From behavioral economics, we know that people make many irrational “mistakes” due to cognitive biases — and companies have learned how to take advantage of them.
One classic cognitive bias, which has been used by salespeople for much longer than it has had a name is anchoring, or people’s tendency to give more weight to the first information that they learn. This bias can be exploited in many ways, such as at a discount sale where a price is crossed out and a sales price is given. Another example of anchoring is the political tactic of asking for much more than you actually want, so that when a compromise happens, it is more likely to be in your favor. These tactics often work well, and the list of cognitive biases that companies can exploit is quite large.
Beyond concerns about biased data and companies exploiting flaws in human nature to manipulate customers, there is additional concern about companies having access to all of this data about us in the first place. Allowing companies and the individuals that work there this kind of access to our personal information is giving them an extraordinary amount of power.
What happens when the next breach is at Google or Facebook? Hackers may learn far more about us than just our social security numbers.

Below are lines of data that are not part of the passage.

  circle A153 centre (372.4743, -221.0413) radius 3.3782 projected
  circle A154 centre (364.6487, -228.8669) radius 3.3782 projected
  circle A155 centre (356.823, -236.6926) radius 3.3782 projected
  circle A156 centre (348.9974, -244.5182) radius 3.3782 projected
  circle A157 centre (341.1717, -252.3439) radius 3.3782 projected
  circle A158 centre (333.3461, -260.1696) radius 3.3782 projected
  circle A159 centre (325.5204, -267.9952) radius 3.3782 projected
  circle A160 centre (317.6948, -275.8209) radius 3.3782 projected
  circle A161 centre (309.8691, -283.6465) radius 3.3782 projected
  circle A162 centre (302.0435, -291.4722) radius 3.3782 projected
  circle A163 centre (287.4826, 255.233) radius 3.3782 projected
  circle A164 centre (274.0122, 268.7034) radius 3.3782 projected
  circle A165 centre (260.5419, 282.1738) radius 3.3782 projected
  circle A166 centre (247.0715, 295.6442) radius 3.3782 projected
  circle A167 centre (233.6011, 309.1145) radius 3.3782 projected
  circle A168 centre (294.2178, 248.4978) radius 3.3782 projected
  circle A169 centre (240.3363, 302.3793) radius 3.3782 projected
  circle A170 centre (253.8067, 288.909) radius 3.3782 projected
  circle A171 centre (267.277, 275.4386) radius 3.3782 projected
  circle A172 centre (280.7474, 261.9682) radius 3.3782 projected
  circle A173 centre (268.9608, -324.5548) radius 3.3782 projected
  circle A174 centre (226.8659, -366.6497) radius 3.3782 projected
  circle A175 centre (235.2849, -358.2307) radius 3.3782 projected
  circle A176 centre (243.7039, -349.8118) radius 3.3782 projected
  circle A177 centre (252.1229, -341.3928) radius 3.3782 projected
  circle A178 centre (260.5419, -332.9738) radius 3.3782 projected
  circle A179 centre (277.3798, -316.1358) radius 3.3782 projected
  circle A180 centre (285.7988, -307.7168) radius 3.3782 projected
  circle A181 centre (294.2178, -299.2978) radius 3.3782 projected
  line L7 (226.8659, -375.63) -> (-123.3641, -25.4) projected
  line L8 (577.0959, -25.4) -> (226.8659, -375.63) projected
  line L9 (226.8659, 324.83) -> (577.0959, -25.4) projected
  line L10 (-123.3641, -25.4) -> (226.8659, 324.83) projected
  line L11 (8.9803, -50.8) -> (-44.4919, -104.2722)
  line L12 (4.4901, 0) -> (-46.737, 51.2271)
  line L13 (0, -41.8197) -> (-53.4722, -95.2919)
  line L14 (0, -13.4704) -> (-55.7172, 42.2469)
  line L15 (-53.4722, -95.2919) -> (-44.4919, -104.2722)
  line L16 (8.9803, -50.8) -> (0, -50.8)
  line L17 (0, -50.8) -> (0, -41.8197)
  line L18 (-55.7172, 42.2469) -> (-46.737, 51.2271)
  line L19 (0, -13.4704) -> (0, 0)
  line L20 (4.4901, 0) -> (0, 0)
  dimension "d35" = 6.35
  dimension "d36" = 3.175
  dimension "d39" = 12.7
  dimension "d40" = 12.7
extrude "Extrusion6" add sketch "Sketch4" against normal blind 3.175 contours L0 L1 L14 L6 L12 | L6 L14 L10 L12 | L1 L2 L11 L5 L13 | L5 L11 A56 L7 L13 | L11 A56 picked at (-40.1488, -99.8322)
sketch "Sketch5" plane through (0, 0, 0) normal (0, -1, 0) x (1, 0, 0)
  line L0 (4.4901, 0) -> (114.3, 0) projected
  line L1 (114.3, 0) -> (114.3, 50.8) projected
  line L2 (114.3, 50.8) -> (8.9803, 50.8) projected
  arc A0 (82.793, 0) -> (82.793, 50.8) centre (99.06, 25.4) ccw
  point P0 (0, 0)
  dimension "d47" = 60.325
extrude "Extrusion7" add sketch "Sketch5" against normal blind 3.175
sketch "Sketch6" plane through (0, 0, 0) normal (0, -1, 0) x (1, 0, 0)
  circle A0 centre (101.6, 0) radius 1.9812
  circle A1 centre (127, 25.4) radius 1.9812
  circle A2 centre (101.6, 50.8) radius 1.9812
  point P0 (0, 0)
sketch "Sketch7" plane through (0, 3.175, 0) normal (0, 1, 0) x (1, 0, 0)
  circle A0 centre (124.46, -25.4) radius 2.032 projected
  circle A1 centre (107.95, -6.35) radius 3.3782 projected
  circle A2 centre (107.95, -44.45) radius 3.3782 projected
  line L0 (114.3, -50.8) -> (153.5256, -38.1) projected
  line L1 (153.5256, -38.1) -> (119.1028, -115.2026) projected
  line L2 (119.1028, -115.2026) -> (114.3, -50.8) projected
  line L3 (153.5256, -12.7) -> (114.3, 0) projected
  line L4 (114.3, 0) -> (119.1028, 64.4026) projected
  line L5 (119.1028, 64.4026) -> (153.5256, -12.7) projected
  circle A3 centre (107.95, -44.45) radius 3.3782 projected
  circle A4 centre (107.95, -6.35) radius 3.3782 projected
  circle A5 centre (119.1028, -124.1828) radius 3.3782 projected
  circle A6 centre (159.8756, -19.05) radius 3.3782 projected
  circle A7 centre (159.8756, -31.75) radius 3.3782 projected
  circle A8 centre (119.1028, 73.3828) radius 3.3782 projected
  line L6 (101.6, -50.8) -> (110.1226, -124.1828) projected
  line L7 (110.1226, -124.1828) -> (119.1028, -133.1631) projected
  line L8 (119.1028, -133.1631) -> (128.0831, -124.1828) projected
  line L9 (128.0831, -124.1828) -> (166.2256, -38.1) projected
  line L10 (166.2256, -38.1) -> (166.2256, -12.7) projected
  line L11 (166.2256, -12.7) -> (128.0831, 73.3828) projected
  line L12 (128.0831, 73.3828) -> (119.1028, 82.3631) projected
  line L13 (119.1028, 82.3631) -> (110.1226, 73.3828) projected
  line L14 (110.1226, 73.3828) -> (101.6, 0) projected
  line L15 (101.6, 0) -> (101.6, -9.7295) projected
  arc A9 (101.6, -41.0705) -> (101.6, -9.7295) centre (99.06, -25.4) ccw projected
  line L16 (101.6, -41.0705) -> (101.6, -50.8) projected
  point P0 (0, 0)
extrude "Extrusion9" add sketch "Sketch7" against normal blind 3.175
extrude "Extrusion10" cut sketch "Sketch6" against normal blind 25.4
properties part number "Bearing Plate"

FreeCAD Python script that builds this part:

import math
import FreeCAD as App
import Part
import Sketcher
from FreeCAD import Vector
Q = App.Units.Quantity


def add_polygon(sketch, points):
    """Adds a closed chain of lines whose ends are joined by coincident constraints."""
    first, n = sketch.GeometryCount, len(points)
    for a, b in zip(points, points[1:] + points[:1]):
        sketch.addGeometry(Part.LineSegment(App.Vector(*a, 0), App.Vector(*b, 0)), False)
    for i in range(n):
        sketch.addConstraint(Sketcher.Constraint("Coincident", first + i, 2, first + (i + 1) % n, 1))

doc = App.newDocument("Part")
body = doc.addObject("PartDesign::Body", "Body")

For students in the collider, the project is challenging on many levels. Besides working on the technical challenge of building software that can inject noise in a way that actually protects privacy, many would also like to preserve the effectiveness of the services that they use.
“Say we inject noise into Google searches — even Google searches are used to locate you — If we inject noise like that, then Google will get worse,” said computer science and mathematics student Anna Leskova who is working on tools to spoof geolocation, “It won’t be the optimal search engine that it is now. So, it is an interesting problem.”
Students will present their projects at the Sutardja Center for Entrepreneurship & Technology at 4:30 on 11/27.